Так обстояло дело, когда чистый случай привнес в его жизнь новые краски и открыл перед ним все двери.

Однажды вечером в конце осени, когда Карл в очередной раз не насытился чашкой жидкого кофе на молоке, голод погнал его поискать съедобного. Он неслышно спустился по лестнице и проинспектировал закуток перед входом, где очень быстро обнаружил глиняную миску, в которой лежали две внушительных размеров и привлекательного вида груши рядом с куском голландского сыра с красной окаемкой.

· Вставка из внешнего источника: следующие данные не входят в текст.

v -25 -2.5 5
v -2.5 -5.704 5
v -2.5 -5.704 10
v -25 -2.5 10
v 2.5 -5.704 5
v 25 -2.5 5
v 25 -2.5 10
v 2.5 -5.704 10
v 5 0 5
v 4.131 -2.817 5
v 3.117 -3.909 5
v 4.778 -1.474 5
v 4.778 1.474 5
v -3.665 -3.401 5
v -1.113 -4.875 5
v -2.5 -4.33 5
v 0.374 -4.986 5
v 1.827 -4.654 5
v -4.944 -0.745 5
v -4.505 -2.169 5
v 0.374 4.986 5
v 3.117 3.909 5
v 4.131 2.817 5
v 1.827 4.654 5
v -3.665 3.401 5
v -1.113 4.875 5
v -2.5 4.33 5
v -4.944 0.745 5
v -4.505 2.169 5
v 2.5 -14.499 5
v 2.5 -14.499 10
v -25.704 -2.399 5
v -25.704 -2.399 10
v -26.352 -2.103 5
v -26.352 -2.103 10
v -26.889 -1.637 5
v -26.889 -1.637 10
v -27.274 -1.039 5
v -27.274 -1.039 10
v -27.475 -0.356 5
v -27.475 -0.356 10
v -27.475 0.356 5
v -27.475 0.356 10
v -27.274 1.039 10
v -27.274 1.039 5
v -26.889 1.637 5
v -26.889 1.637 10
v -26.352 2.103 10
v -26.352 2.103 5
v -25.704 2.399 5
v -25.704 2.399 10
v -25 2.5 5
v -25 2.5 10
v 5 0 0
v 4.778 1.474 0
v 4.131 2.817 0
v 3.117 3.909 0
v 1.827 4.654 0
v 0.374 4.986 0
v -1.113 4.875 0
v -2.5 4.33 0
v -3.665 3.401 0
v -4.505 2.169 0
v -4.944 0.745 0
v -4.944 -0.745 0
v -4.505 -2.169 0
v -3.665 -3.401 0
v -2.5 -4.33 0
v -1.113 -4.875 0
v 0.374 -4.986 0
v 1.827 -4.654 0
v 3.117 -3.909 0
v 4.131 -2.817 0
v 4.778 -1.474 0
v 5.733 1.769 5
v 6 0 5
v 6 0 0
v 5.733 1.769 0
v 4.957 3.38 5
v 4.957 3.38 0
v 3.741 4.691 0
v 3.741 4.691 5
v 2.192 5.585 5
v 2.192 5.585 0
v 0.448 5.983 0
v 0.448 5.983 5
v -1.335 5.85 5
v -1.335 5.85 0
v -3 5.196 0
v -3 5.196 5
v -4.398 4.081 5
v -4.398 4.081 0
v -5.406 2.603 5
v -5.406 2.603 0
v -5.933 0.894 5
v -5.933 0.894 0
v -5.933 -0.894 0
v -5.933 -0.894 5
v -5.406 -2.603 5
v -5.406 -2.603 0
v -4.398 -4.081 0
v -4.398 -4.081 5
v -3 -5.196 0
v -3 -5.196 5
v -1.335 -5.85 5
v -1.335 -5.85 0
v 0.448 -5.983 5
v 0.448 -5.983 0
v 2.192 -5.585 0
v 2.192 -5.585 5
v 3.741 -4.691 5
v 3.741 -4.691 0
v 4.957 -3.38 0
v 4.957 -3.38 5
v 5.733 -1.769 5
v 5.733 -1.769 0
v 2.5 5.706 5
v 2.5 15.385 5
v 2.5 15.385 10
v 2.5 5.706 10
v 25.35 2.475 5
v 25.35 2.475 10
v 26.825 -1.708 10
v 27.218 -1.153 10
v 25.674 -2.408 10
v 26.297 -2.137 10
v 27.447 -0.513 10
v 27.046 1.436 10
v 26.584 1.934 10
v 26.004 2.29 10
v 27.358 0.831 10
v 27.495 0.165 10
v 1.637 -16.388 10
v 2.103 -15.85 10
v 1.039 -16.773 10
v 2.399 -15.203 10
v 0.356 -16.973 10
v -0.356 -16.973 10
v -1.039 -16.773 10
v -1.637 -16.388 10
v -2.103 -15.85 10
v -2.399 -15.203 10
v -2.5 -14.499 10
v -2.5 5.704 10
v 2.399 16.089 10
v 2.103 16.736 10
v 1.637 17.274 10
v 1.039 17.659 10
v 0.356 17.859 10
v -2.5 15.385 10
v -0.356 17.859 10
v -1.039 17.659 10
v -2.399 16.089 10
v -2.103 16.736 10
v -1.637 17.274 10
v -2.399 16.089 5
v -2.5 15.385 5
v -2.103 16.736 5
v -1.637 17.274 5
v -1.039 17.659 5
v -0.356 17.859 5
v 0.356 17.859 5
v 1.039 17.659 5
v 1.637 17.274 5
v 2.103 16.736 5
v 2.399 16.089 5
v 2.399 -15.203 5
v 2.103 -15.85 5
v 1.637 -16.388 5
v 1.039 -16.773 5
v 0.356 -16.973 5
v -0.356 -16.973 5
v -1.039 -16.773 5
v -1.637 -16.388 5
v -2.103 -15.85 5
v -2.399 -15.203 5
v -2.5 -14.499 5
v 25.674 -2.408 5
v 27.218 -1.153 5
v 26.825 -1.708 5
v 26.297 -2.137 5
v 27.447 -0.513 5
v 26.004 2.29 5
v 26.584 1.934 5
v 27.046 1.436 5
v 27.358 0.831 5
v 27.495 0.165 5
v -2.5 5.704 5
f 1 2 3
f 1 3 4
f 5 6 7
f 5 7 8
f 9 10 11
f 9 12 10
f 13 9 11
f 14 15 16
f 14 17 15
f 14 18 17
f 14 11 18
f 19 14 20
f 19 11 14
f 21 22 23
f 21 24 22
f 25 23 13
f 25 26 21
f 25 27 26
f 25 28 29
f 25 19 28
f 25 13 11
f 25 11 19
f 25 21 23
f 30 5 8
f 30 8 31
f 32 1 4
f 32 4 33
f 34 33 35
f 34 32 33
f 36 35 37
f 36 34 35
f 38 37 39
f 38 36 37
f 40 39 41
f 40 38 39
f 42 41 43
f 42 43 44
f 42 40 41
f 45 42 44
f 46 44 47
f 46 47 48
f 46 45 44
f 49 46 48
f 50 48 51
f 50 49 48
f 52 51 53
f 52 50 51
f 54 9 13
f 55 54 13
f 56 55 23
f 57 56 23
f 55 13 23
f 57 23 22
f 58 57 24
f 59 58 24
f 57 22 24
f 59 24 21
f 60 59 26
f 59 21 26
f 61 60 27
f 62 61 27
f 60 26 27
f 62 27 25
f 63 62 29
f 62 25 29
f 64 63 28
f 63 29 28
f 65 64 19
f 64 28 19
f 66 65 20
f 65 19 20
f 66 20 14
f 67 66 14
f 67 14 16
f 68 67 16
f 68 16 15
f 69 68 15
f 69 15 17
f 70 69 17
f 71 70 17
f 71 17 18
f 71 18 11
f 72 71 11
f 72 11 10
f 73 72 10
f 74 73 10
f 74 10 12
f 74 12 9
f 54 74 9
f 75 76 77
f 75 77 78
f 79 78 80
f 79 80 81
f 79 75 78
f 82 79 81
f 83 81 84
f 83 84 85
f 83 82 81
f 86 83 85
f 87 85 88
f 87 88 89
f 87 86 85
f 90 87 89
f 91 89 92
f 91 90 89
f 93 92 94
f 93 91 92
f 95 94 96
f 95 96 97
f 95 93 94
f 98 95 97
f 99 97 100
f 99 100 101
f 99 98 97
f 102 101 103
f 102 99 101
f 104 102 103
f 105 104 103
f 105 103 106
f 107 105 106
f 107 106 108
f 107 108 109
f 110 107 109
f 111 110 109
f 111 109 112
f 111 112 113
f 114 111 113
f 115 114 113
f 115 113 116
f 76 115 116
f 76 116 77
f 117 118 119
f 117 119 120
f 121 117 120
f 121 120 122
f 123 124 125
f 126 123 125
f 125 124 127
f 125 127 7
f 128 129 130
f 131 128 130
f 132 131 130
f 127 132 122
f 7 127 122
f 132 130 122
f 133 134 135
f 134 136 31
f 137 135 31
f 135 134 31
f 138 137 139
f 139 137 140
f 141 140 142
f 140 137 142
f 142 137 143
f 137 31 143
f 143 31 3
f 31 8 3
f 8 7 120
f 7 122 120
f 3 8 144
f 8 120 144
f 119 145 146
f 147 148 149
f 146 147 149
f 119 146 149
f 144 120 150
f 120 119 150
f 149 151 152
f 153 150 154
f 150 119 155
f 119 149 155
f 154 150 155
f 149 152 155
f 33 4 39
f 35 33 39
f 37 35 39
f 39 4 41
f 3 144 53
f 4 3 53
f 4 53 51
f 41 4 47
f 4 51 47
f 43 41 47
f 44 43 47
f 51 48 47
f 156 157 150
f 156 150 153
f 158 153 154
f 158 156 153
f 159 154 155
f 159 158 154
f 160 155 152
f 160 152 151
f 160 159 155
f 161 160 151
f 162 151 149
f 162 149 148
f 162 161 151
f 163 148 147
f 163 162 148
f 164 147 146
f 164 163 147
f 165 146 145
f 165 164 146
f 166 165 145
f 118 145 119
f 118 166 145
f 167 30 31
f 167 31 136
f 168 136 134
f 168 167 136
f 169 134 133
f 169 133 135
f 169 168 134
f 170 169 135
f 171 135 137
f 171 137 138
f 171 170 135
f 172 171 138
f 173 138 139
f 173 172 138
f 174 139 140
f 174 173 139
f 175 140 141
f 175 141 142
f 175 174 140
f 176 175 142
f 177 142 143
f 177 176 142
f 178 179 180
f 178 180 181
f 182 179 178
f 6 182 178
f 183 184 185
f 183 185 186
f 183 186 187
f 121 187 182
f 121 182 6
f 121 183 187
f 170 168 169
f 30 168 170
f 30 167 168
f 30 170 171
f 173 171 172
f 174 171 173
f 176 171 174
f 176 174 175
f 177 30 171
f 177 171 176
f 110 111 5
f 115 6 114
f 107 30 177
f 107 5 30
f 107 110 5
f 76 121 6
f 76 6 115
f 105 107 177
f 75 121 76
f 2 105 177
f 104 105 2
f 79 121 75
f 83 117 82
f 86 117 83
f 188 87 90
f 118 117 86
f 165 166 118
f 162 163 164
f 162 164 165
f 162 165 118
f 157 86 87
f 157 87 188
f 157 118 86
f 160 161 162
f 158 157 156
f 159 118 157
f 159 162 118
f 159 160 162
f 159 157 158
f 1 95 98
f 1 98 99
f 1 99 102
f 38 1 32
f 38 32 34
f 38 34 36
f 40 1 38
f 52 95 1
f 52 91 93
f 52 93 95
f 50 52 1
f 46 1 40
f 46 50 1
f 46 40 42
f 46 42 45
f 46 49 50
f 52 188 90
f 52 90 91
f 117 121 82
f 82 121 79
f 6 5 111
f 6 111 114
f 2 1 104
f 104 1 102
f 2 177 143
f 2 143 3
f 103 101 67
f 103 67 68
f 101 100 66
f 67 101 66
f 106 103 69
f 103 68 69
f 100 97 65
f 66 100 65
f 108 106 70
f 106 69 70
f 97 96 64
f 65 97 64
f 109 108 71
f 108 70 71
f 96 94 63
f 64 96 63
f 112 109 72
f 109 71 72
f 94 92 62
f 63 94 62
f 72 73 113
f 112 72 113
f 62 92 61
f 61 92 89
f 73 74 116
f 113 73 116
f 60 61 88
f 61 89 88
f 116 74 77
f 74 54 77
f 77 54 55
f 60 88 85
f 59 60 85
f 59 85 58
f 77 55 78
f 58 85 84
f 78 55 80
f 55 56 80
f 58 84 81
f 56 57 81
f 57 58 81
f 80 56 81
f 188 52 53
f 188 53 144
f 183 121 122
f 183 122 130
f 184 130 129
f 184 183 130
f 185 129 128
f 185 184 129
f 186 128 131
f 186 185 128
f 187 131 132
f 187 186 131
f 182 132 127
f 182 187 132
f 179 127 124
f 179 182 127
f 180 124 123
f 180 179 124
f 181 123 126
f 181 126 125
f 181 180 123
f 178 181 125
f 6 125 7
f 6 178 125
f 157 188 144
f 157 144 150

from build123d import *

# Parameters (mm, degrees)
SWEEP_THIN1_PROFILE_R   = 6
SWEEP_THIN1_PROFILE_R_2 = 5
BOSS_EXTRUDE1_DEPTH     = 5


with BuildPart() as part:
    # Sweep-Thin1: sweep along a path in Sketch1
    with BuildLine(Plane.YZ) as sweep_thin1_path:
        Line((0, 0), (0, 5))
    # Sweep-Thin1 profile (on start of the path) → Sweep-Thin1 (sweep)
    with BuildSketch(Plane.XY):
        Circle(SWEEP_THIN1_PROFILE_R)
        Circle(SWEEP_THIN1_PROFILE_R_2, mode=Mode.SUBTRACT)
    sweep(path=sweep_thin1_path.line)

    # Sketch3 → Boss-Extrude1 (add)
    with BuildSketch(Plane.XY.offset(5)):
        with BuildLine():
            Line((-25, 2.5), (-2.5, 5.703923584))
            Line((-2.5, 5.703923584), (-2.5, 15.384581875))
            ThreePointArc((-2.5, 15.384581875), (0, 17.884581875), (2.5, 15.384581875))
            Line((2.5, 15.384581875), (2.5, 5.705628852))
            Line((2.5, 5.705628852), (25.349939608, 2.475387297))
            ThreePointArc((25.349939608, 2.475387297), (27.493839233, -0.175402049), (25, -2.5))
            Line((25, -2.5), (2.5, -5.703923584))
            Line((2.5, -5.703923584), (2.5, -14.498631066))
            ThreePointArc((2.5, -14.498631066), (0, -16.998631066), (-2.5, -14.498631066))
            Line((-2.5, -14.498631066), (-2.5, -5.703923584))
            Line((-2.5, -5.703923584), (-25, -2.5))
            ThreePointArc((-25, -2.5), (-27.5, 0), (-25, 2.5))
        make_face()
    extrude(amount=BOSS_EXTRUDE1_DEPTH)


solid = part.part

Голодному юноше не составило труда догадаться, что эта легкая закуска предназначалась для хозяина и только на какой-то миг была оставлена здесь служанкой, но, восхищенный неожиданно увиденным угощением, он склонялся к мысли о счастливом провидении и спрятал с благодарностью щедрый дар в карманы.

Но прежде чем ему управиться с этим и благополучно исчезнуть, из двери подвального погреба появилась в домашних тапочках служанка Бабетта со свечой в руках и увидела наглеца. Молоденький вор еще держал в руках сыр; он застыл на месте и уставился в пол, в то время как душа его сомлела от стыда и готова была провалиться в тартарары. Так они оба и стояли, освещаемые свечкой, и жизнь подарила юноше неробкого десятка хотя и болезненные на миг ощущения, но определенно не самые неприятные.